Chicago police find 1,000 tall marijuana plants on urban farm
In Chicago, a bustling urban metropolis where skyscrapers are as likely to sprout up as anything a farmer might plant, someone decided there was just enough room to grow something a little more organic: Marijuana.
Just days before the crop on a chunk of land the size of two football fields would have been ready to harvest, a police officer and county sheriff's deputy in a helicopter spotted it as they headed back to their hangar about three miles away.
On Wednesday, a day after the discovery of the largest marijuana farm anyone at the police department can remember, officers became farmers for a day as they began to chop down about 1,500 marijuana plants that police said could have earned the growers as much as $10 million.
No arrests had been made as of Wednesday, and police were still trying to determine who owns the property that housed the grow site on the city's far South Side.
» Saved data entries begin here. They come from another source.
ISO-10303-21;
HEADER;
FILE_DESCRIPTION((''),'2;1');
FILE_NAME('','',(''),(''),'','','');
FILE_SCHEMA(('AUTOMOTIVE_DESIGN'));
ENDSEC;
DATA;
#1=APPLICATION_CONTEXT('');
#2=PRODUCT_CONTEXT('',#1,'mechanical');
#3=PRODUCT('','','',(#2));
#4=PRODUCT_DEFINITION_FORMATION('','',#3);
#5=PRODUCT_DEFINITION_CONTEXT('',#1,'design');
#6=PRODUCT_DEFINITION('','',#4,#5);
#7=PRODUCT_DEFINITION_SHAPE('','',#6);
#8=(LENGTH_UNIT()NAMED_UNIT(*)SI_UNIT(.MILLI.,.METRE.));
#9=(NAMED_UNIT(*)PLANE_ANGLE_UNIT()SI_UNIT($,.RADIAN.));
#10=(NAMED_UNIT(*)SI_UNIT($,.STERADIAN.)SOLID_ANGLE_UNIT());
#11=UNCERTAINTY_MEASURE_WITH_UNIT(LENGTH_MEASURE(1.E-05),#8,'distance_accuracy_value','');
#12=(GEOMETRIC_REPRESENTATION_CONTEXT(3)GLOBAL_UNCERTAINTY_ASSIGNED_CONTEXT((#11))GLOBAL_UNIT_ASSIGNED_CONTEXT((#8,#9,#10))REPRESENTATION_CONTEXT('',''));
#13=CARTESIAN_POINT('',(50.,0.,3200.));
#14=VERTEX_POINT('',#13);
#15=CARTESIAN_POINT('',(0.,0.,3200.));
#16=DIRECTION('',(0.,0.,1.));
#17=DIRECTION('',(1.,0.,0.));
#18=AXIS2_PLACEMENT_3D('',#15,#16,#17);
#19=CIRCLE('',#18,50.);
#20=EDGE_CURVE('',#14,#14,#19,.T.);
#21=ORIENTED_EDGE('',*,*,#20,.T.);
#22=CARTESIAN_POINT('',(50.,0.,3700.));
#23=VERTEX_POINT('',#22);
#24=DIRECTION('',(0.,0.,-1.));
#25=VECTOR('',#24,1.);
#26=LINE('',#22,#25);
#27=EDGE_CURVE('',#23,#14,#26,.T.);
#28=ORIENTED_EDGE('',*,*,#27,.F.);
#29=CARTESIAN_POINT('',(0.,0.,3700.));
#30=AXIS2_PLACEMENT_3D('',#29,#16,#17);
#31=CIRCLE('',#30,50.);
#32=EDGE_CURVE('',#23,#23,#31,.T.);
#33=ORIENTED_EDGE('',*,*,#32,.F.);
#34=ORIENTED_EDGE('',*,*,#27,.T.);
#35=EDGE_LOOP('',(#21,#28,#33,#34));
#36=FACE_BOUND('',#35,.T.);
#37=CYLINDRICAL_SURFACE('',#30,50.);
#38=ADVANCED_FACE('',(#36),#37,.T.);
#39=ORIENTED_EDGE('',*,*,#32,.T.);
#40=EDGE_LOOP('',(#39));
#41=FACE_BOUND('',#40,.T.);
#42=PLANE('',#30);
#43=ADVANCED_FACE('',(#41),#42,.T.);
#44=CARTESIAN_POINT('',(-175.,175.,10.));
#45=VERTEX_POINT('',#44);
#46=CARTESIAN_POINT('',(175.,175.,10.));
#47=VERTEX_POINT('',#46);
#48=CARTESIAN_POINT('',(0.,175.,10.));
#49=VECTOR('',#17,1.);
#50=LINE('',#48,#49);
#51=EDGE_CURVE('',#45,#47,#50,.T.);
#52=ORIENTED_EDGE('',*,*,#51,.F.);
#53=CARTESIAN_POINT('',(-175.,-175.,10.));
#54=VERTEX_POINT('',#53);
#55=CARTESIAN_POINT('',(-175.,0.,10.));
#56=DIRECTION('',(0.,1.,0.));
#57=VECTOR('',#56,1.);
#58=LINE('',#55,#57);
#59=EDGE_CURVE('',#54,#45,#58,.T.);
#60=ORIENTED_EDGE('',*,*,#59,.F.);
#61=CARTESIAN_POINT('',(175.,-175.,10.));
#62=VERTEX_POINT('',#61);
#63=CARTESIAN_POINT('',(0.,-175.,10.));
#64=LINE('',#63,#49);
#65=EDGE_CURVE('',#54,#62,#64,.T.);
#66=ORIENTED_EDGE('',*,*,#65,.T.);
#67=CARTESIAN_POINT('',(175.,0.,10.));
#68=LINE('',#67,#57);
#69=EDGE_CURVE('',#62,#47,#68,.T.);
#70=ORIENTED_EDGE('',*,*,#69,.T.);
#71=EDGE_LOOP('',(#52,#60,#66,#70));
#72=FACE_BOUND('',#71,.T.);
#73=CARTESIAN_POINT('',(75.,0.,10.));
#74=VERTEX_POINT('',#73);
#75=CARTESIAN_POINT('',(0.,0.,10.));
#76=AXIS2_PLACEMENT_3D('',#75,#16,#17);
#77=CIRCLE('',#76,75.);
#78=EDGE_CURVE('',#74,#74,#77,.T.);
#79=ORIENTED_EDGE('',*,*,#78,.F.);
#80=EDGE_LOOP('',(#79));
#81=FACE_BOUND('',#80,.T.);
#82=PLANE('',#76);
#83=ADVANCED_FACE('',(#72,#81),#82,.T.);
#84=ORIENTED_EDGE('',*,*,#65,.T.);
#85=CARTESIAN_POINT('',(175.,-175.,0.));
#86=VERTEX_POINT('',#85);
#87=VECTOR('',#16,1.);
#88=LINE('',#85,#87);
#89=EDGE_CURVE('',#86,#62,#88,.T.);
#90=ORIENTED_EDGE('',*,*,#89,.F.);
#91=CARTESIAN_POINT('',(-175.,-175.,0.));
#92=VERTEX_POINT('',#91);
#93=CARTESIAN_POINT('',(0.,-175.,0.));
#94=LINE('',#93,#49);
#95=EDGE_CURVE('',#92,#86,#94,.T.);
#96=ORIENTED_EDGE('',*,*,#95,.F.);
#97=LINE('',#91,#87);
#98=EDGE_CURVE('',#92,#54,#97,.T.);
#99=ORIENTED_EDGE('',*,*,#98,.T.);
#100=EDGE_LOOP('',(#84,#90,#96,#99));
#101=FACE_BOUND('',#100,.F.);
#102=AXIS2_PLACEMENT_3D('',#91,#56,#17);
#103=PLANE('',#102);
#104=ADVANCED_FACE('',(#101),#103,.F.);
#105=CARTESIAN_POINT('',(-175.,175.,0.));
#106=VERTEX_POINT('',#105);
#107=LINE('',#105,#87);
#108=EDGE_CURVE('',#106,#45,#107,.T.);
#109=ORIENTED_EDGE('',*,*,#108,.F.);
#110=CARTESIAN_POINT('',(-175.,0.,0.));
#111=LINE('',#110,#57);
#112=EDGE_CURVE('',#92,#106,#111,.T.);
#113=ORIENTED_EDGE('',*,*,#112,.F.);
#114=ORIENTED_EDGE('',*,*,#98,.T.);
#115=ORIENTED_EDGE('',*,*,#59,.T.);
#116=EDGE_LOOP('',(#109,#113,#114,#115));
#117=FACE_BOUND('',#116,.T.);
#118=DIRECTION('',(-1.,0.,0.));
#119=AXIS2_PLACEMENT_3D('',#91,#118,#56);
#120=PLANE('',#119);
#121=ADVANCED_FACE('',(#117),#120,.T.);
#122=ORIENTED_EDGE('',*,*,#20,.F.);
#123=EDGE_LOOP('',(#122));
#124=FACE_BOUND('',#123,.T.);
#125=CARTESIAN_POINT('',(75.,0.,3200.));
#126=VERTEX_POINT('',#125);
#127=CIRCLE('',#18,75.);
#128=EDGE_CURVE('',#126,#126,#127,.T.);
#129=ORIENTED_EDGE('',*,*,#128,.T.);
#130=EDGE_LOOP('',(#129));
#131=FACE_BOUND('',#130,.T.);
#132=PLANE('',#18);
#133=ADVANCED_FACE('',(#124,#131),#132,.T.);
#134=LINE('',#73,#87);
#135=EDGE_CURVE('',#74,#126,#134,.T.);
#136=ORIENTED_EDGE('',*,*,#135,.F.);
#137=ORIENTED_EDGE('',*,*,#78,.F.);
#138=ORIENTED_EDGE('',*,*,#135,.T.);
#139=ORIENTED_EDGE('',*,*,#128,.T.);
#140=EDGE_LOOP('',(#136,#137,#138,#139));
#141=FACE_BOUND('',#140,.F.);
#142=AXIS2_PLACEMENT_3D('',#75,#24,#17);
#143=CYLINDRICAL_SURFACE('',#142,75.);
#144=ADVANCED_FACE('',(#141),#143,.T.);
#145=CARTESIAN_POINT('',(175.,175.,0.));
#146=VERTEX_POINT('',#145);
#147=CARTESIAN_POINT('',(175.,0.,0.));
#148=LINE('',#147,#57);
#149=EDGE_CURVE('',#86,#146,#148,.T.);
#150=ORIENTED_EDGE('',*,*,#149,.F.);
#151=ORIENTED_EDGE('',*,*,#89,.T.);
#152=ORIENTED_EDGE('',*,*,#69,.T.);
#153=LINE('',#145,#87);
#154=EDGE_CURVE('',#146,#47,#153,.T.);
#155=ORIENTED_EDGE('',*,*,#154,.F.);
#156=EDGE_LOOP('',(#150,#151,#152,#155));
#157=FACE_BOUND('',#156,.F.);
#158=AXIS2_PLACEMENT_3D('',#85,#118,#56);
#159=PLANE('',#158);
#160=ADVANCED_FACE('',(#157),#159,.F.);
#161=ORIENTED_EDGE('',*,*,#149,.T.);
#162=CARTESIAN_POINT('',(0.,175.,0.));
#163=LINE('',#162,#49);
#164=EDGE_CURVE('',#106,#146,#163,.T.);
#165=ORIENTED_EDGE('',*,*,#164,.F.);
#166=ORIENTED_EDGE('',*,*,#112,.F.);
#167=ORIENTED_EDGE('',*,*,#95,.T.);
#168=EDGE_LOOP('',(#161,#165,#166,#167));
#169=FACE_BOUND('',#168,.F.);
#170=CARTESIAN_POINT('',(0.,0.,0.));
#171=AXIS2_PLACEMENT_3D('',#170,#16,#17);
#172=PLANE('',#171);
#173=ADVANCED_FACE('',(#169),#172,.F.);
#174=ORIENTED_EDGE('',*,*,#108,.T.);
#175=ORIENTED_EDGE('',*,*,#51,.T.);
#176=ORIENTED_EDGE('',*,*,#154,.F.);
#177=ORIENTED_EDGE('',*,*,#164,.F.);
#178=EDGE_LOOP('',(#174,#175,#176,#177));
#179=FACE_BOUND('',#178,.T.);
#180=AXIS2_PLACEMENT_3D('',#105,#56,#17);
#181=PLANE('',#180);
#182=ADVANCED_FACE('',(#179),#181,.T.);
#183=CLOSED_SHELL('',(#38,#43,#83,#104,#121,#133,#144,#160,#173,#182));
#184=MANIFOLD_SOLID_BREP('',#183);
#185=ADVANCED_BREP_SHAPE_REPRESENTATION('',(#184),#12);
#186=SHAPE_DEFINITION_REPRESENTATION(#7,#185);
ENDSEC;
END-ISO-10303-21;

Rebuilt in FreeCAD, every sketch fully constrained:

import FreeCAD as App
import Part
import Sketcher

V = App.Vector


def add_polygon(sketch, points):
    """Adds a closed chain of lines whose ends are joined by coincident constraints."""
    first, n = sketch.GeometryCount, len(points)
    for a, b in zip(points, points[1:] + points[:1]):
        sketch.addGeometry(Part.LineSegment(App.Vector(*a, 0), App.Vector(*b, 0)), False)
    for i in range(n):
        sketch.addConstraint(Sketcher.Constraint("Coincident", first + i, 2, first + (i + 1) % n, 1))

doc = App.newDocument("Part")
params = doc.addObject("Spreadsheet::Sheet", "Params")
for row, (alias, value) in enumerate([
    ("sketch1_width", "350 mm"),
    ("pad1_length", "10 mm"),
    ("sketch2_diameter", "150 mm"),
    ("pad2_length", "3690 mm"),
    ("sketch3_diameter", "150 mm"),
    ("sketch3_diameter2", "100 mm"),
    ("pocket1_length", "500 mm"),
], start=1):
    params.set(f"A{row}", alias)
    params.set(f"B{row}", "=" + value)
    params.setAlias(f"B{row}", alias)

body = doc.addObject("PartDesign::Body", "Body")

# Sketch on XY plane
sketch1 = body.newObject("Sketcher::SketchObject", "Sketch")
sketch1.AttachmentSupport = (doc.getObject("XY_Plane"), [""])
sketch1.MapMode = "FlatFace"
add_polygon(sketch1, [(-175, 175), (-175, -175), (175, -175), (175, 175)])  # lines 0-3
sketch1.addConstraint([
    Sketcher.Constraint("Vertical", 0),
    Sketcher.Constraint("Horizontal", 1),
    Sketcher.Constraint("Vertical", 2),
    Sketcher.Constraint("Horizontal", 3),
    Sketcher.Constraint("Symmetric", 0, 2, 2, 2, -1, 1),
    Sketcher.Constraint("Equal", 3, 0),
    Sketcher.Constraint("DistanceX", 1, 1, 1, 2, 350.0),
])
sketch1.setExpression("Constraints[10]", "Params.sketch1_width")
pad1 = body.newObject("PartDesign::Pad", "Pad")
pad1.Profile = sketch1
pad1.setExpression("Length", "Params.pad1_length")

# Sketch on XY plane
sketch2 = body.newObject("Sketcher::SketchObject", "Sketch001")
sketch2.AttachmentSupport = (doc.getObject("XY_Plane"), [""])
sketch2.MapMode = "FlatFace"
sketch2.AttachmentOffset = App.Placement(V(0, 0, 10), App.Rotation())
sketch2.addGeometry(Part.Circle(V(0, 0, 0), V(0, 0, 1), 75), False)
sketch2.addConstraint([
    Sketcher.Constraint("Coincident", 0, 3, -1, 1),
    Sketcher.Constraint("Diameter", 0, 150.0),
])
sketch2.setExpression("Constraints[1]", "Params.sketch2_diameter")
pad2 = body.newObject("PartDesign::Pad", "Pad001")
pad2.Profile = sketch2
pad2.setExpression("Length", "Params.pad2_length")

# Sketch on XY plane
sketch3 = body.newObject("Sketcher::SketchObject", "Sketch002")
sketch3.AttachmentSupport = (doc.getObject("XY_Plane"), [""])
sketch3.MapMode = "FlatFace"
sketch3.AttachmentOffset = App.Placement(V(0, 0, 3700), App.Rotation())
sketch3.addGeometry([
    Part.Circle(V(0, 0, 0), V(0, 0, 1), 75),
    Part.Circle(V(0, 0, 0), V(0, 0, 1), 50),
], False)
sketch3.addConstraint([
    Sketcher.Constraint("Coincident", 0, 3, -1, 1),
    Sketcher.Constraint("Coincident", 1, 3, -1, 1),
    Sketcher.Constraint("Diameter", 0, 150.0),
    Sketcher.Constraint("Diameter", 1, 100.0),
])
sketch3.setExpression("Constraints[2]", "Params.sketch3_diameter")
sketch3.setExpression("Constraints[3]", "Params.sketch3_diameter2")
pocket1 = body.newObject("PartDesign::Pocket", "Pocket")
pocket1.Profile = sketch3
pocket1.setExpression("Length", "Params.pocket1_length")

doc.recompute()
But police said they were hopeful that because of the size of the operation, informants or others might provide tips about those involved, including a man seen running from the area as the helicopter swooped low.
James O'Grady, the commander of the department's narcotics division, said they've never seen anything like it before, in part because Chicago's harsh winters mean growers have a lot less time to plant, grow and harvest marijuana than their counterparts in less inclement places such as California and Mexico. The bumper crop was likely planted in spring, O'Grady said.